One rare runic song from Ilomantsi puts it so Päivätär and Kuutar cry, and the Great Oak grows from their tears. In a Ladoga Karelian song, Mielikki under the name Kuitar is asked to bake a fatty and nectariferous cake. In another song, this was misinterpreted as Kuutar baking, and Päivätär is then added to accompany her. In Savo, her name has morphed into Pääjätär in an incantation driving out pains to Kivutar's mitten and below "Pääjätär's" head (pää 'head').

Ingrian runic songs mention a location called Kuuttaren kuja, Päivättären tanhua 'Kuutar's alley, Päivätär's (stock)yard', where Kuutar's daughter is weaving, sometimes accompanied with "Sun's girl" (Päivän tyttö).
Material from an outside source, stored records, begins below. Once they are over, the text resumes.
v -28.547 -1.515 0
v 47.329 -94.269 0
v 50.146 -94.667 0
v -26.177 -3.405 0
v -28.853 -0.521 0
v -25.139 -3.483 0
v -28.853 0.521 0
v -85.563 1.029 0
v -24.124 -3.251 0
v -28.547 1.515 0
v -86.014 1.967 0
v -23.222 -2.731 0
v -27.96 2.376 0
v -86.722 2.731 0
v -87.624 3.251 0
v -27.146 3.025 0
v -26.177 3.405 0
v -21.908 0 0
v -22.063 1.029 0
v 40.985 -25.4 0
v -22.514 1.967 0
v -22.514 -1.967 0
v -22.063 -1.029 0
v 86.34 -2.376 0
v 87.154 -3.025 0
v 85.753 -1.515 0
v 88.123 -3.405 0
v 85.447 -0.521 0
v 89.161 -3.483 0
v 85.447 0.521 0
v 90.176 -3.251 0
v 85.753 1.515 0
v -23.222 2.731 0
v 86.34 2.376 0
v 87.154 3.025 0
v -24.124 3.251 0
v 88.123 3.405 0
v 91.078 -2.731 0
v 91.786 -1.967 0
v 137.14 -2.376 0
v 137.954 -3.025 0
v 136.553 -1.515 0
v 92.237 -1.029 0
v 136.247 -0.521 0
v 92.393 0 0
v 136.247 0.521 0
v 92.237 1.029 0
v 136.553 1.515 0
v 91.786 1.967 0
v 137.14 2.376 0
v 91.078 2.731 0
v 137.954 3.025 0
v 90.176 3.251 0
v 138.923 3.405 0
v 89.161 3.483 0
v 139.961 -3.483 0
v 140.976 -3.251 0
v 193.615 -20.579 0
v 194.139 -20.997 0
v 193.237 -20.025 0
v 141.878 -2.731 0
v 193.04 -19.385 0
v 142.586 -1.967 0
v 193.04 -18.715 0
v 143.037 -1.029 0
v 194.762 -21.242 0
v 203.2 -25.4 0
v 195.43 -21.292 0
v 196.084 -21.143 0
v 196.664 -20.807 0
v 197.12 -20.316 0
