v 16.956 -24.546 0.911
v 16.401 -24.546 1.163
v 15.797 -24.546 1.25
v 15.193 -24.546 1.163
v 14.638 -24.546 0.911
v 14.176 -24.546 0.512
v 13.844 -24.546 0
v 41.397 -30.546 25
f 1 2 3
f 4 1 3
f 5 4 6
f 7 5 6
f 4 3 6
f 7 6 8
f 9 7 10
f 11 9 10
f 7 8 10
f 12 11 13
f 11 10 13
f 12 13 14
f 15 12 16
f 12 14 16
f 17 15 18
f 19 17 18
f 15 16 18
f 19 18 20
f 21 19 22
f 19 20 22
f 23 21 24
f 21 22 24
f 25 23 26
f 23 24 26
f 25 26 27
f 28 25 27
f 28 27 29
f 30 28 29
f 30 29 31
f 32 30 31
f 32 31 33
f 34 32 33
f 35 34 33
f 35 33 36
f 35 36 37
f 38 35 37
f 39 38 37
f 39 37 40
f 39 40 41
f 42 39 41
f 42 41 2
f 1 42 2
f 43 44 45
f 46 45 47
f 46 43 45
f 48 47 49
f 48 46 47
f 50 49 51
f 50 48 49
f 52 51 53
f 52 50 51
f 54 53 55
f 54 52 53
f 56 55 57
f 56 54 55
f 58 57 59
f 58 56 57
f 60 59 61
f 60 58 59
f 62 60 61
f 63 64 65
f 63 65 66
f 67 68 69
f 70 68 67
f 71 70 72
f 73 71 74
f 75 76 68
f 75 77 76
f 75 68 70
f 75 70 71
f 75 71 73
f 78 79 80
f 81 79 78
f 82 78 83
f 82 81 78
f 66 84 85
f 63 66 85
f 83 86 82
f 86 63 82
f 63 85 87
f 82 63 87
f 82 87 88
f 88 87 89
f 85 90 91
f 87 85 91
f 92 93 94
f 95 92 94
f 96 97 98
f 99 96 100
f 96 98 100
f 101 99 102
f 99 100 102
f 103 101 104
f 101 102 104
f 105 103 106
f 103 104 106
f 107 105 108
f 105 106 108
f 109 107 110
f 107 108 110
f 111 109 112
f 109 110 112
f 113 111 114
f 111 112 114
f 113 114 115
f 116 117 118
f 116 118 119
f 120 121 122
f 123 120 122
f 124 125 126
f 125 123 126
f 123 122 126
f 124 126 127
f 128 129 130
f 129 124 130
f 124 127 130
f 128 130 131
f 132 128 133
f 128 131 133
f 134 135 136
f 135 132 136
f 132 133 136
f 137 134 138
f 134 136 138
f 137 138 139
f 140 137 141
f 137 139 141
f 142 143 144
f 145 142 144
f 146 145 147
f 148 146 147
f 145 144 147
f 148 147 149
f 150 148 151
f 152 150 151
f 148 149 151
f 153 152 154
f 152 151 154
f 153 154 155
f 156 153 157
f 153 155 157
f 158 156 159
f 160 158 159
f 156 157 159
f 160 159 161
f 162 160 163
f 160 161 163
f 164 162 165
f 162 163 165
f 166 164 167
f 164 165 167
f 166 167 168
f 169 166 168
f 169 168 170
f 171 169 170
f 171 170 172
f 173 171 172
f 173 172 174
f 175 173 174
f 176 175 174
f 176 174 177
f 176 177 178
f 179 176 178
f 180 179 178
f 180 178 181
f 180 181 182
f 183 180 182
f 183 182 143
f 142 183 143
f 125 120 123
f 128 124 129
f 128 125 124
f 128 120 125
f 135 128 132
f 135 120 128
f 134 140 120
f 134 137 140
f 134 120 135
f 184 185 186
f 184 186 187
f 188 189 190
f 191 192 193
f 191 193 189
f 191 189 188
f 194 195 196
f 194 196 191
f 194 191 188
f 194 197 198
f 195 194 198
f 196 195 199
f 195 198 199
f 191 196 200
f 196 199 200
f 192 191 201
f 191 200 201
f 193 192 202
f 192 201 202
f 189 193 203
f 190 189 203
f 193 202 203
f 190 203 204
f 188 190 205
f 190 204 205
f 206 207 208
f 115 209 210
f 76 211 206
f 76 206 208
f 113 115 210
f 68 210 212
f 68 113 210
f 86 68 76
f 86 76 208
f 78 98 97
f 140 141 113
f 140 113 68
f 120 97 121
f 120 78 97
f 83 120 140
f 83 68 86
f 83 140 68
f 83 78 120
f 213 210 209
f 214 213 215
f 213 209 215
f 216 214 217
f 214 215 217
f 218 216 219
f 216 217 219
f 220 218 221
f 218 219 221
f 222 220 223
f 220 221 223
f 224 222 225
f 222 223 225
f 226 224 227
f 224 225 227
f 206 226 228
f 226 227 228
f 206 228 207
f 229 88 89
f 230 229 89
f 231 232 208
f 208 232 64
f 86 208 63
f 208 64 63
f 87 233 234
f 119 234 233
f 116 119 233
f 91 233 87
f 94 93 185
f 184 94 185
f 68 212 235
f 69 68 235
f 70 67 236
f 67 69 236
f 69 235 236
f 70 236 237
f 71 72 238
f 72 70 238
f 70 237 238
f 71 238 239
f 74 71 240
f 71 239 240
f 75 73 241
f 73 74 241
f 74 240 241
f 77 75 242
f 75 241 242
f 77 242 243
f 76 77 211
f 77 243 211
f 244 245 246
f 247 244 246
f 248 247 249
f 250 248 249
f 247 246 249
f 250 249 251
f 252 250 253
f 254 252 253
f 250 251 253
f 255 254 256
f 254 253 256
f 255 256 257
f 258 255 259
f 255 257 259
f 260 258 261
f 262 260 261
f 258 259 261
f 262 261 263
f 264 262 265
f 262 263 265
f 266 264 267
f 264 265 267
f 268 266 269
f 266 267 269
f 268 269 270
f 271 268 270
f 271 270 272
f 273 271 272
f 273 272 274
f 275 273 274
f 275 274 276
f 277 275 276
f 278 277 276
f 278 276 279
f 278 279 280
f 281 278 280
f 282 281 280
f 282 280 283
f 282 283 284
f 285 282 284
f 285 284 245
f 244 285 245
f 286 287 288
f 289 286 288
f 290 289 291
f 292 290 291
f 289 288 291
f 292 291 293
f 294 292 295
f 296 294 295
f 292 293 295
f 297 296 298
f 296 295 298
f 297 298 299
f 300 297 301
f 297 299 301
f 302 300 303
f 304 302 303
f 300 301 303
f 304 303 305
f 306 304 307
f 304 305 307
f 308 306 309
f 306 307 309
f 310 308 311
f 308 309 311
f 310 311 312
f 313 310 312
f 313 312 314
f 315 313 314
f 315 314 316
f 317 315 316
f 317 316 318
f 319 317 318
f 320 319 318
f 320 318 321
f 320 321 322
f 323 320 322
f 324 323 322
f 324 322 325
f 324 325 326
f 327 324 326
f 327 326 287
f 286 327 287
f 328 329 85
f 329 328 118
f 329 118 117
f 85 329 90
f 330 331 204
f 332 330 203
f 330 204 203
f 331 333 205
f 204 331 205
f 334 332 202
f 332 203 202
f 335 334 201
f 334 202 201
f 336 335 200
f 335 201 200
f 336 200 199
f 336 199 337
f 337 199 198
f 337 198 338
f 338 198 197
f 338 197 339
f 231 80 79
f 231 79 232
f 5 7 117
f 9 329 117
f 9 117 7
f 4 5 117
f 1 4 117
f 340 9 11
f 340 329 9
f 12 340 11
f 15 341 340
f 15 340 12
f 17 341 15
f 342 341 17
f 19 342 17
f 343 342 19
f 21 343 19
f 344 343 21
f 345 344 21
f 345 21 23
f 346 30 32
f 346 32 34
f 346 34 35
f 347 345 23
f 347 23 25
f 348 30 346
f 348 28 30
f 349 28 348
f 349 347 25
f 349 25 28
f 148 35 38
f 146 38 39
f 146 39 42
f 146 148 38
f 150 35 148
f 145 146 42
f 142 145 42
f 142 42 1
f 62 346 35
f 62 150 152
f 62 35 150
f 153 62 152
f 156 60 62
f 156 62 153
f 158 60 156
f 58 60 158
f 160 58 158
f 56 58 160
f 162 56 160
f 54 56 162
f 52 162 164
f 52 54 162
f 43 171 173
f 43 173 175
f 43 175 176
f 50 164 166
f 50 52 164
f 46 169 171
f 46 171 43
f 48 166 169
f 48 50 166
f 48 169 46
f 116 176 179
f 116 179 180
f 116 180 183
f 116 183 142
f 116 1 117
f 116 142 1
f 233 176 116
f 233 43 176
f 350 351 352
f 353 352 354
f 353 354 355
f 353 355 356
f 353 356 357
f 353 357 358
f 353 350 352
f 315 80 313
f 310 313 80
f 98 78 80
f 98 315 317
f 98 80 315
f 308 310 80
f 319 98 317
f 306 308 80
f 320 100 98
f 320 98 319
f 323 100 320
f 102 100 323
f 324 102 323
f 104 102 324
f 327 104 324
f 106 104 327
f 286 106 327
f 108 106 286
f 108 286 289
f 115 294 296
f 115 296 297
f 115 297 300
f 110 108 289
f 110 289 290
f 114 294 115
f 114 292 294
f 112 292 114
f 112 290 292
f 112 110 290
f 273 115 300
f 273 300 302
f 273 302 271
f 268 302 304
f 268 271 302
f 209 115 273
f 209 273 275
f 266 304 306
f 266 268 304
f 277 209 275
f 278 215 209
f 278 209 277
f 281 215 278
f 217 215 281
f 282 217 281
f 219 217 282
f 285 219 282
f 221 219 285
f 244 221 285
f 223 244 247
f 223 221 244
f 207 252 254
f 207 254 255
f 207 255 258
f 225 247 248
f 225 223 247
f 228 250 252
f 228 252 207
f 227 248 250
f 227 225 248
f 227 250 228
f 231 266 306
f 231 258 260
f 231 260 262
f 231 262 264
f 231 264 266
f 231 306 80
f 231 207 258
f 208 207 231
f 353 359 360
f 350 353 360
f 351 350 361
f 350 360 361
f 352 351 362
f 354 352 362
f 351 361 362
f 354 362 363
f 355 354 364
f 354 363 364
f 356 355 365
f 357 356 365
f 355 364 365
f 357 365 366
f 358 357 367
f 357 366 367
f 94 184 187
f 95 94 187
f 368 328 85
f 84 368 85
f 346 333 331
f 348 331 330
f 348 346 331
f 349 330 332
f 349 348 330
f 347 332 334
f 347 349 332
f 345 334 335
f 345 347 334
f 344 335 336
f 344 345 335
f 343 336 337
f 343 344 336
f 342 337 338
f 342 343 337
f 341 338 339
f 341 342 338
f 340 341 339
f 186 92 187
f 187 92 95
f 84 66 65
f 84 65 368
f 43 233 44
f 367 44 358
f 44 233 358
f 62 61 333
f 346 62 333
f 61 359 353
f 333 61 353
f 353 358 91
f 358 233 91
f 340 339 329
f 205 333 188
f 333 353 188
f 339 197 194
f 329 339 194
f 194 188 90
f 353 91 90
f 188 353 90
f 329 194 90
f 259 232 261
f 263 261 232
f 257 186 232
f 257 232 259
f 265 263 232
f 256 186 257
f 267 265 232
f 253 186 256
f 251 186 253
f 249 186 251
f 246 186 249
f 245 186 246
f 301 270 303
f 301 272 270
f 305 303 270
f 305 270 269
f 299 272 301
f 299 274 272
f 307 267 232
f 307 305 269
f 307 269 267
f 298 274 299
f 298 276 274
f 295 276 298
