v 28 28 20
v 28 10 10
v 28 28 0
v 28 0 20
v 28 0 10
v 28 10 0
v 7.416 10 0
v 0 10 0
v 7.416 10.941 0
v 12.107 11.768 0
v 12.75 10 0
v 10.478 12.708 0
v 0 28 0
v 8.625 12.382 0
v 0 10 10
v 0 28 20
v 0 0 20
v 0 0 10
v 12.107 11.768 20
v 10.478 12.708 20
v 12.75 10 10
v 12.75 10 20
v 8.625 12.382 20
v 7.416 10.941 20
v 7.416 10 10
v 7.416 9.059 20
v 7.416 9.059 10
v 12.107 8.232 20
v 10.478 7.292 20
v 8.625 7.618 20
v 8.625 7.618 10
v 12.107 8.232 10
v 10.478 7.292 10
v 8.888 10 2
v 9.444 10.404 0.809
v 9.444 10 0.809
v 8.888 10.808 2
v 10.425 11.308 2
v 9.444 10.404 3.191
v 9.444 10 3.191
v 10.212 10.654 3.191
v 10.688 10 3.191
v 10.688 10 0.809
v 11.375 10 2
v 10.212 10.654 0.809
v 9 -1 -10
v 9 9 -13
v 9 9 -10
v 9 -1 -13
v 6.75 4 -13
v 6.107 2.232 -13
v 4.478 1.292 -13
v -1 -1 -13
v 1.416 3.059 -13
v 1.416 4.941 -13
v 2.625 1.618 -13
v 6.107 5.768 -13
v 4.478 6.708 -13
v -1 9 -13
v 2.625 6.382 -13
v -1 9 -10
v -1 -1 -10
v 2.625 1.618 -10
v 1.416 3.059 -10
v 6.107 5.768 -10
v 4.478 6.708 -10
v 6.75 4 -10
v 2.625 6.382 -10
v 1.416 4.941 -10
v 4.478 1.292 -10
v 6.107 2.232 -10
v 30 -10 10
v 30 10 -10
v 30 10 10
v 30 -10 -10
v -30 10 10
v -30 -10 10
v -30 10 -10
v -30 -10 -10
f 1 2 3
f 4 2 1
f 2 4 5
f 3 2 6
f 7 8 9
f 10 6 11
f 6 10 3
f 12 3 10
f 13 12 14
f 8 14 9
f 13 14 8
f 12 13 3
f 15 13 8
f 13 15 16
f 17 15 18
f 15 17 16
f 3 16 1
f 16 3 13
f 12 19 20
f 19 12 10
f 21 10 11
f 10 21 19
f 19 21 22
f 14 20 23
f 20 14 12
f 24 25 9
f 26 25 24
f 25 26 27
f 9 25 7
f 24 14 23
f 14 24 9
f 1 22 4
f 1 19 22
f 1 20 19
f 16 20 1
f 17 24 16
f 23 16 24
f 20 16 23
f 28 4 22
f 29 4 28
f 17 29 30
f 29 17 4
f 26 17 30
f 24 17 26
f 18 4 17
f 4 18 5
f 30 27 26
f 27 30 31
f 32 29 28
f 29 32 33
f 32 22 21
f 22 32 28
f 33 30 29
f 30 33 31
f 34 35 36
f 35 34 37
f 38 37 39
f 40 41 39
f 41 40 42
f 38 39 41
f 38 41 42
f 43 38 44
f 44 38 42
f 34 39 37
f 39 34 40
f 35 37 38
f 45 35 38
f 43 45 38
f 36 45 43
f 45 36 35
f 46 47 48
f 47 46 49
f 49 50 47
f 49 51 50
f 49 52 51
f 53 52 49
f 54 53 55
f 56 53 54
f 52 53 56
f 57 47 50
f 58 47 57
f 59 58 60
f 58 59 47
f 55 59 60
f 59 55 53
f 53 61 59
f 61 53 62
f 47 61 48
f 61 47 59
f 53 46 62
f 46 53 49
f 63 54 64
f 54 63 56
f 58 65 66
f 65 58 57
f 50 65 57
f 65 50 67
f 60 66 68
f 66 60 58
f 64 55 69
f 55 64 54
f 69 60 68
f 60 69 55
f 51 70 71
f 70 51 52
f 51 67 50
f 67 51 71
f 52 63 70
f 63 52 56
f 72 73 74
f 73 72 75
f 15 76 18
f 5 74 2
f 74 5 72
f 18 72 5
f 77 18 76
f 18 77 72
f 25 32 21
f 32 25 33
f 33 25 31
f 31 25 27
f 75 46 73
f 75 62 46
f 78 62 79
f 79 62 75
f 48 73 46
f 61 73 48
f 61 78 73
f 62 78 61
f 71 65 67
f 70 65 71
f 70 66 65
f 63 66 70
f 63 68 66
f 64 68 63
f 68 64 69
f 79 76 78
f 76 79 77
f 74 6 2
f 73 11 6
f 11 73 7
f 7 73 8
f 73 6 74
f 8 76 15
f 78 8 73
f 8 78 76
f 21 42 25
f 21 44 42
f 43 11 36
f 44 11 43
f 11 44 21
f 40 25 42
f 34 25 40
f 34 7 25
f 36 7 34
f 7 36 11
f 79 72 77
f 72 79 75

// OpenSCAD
// Parameters
leg_length_x = 28; //[14:56:1]
leg_length_y = 28; //[14:56:1]
extrusion_size = 20; //[10:40:1]
base_thickness = 4; //[2:8:1]
side_thickness = 4; //[2:10:1]
hole_count = 2; //[2:2:1]
hole_diameter = 5.5; //[3:11:0.1]
hole_offset_from_inner_corner = 10; //[5:20:1]
inner_corner_radius = 2; //[0:6:0.5]
overlap = 1; //[0.5:2:0.1]
extrusion_length = 60; //[30:120:1]
extrusion_gap = 0.2; //[0:1:0.1]
gusset_length = 18; //[10:36:1]
gusset_height = 16; //[8:28:1]

// Extrusion - complete detailed geometry
module extrusion() {
  color([0.0, 0.4, 0.2])
    cube([extrusion_length, extrusion_size, extrusion_size], center=true);
}

// Extrusion Inner Corner Bracket - complete detailed geometry
module extrusion_inner_corner_bracket() {
  color("Silver") {
    difference() {
      cube([extrusion_size/2, extrusion_size/2, base_thickness], center=false);
      translate([extrusion_size/4, extrusion_size/4, 0])
        cylinder(d=hole_diameter, h=base_thickness + 2*overlap, center=false);
    }
  }
}

// Extrusion Corner Bracket - complete detailed geometry
module extrusion_corner_bracket() {
  color("Silver") {
    difference() {
      cube([leg_length_x, leg_length_y, base_thickness], center=false);
      translate([hole_offset_from_inner_corner, extrusion_size/2, 0])
        cylinder(d=hole_diameter, h=base_thickness + 2*overlap, center=false);
      translate([extrusion_size/2, hole_offset_from_inner_corner, 0])
        cylinder(d=hole_diameter, h=base_thickness + 2*overlap, center=false);
    }
  }
}

// Extrusion Corner Bracket 3D - complete detailed geometry
module extrusion_corner_bracket_3D() {
  color("Silver") {
    difference() {
      cube([leg_length_x, leg_length_y, base_thickness + gusset_height], center=false);
      translate([hole_offset_from_inner_corner, extrusion_size/2, 0])
        cylinder(d=hole_diameter, h=base_thickness + gusset_height + 2*overlap, center=false);
      translate([extrusion_size/2, hole_offset_from_inner_corner, 0])
        cylinder(d=hole_diameter, h=base_thickness + gusset_height + 2*overlap, center=false);
    }
  }
}

// Extrusion Corner Bracket Hole Positions - complete detailed geometry
module extrusion_corner_bracket_hole_positions() {
  color("Silver") {
    translate([hole_offset_from_inner_corner, extrusion_size/2, base_thickness/2])
      sphere(r=hole_diameter/4, center=true);
    translate([extrusion_size/2, hole_offset_from_inner_corner, base_thickness/2])
      sphere(r=hole_diameter/4, center=true);
  }
}

// Assembly (fixed connectivity)
// - Everything is in a single union()
// - Inner-corner tab is re-positioned to physically intersect the main bracket AND the extrusion
// - Uses 1mm overlap to guarantee connection (no gaps / no floating)
module assembly() {
  union() {
    // Main extrusion (centered)
    extrusion();

    // Main bracket parts (kept at origin as in original)
    translate([0, 0, 0]) extrusion_corner_bracket();
    translate([0, 0, 0]) extrusion_corner_bracket_3D();
    translate([0, 0, 0]) extrusion_corner_bracket_hole_positions();

    // Inner-corner bracket/tab (FIXED):
    // Attach to the underside of the extrusion (Z) and also overlap into the main bracket footprint (X/Y).
    // Extrusion spans:
    //   X: [-extrusion_length/2, +extrusion_length/2]
    //   Y: [-extrusion_size/2,  +extrusion_size/2]
    //   Z: [-extrusion_size/2,  +extrusion_size/2]
    //
    // Place tab so its TOP is inside extrusion by 'overlap':
    //   tab_z = (-extrusion_size/2) - base_thickness + overlap
    //
    // Place tab so it intersects the main bracket at origin by 'overlap' in X and Y:
    //   tab_x = -overlap  (so it extends from -overlap .. (extrusion_size/2 - overlap))
    //   tab_y = -overlap  (so it extends from -overlap .. (extrusion_size/2 - overlap))
    translate([
      -overlap,
      -overlap,
      -extrusion_size/2 - base_thickness + overlap
    ])
      extrusion_inner_corner_bracket();
  }
}

assembly();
==Sun worship among Finns==

The sun cross symbol.

Matthias Castrén thought Finns had, once upon a time, worshipped the Sun in its visible, material form. However, there is very little information of Finnish Sun worship. People in Finland, as well as Estonia, did draw sun crosses next to doors and windows, and on other objects in order to drive away evil spirits, especially around the winter solstice. According to Jean Baptiste Holzmayer, these were images of the Sun, at least in Estonia. It is not certain to which degree these symbols were influenced by old sun worship, and to which degree they have come from Christian cultural influence and cross imagery. When the Dutch Andries van Wouw had to travel across Finland in 1616, he wrote about long poles with an encircled cross at the top and a wide altar-like podium at the bottom. These, called ristinkanta, were considered sacred, and people sacrificed goats, calves and sheep, mixed their blood and spread it on the ristinkanta. Regardless of the sun cross symbol, these were not for Sun worship.

==Epithets==

| Epithet | Epithet meaning | Regions |
|---|---|---|
| Päivätär, pätöä neito | 'Päivätär, adept maiden' | North Karelia |
| Neiti Päivitär, pätevä | 'Miss Päivitär, adept' | Ladoga Karelia |

==In the Kalevala==
According to the Kalevala, the daughter of the air Ilmatar allowed a teal to lay its egg on her knee as she floated in the abyss. The egg fell and its parts formed the universe: the white of the egg became the Moon, and the yolk the Sun.

In Kalevala, young maidens ask Päivätär to give them some of her silver jewellery and clothes. She is described as a great beauty.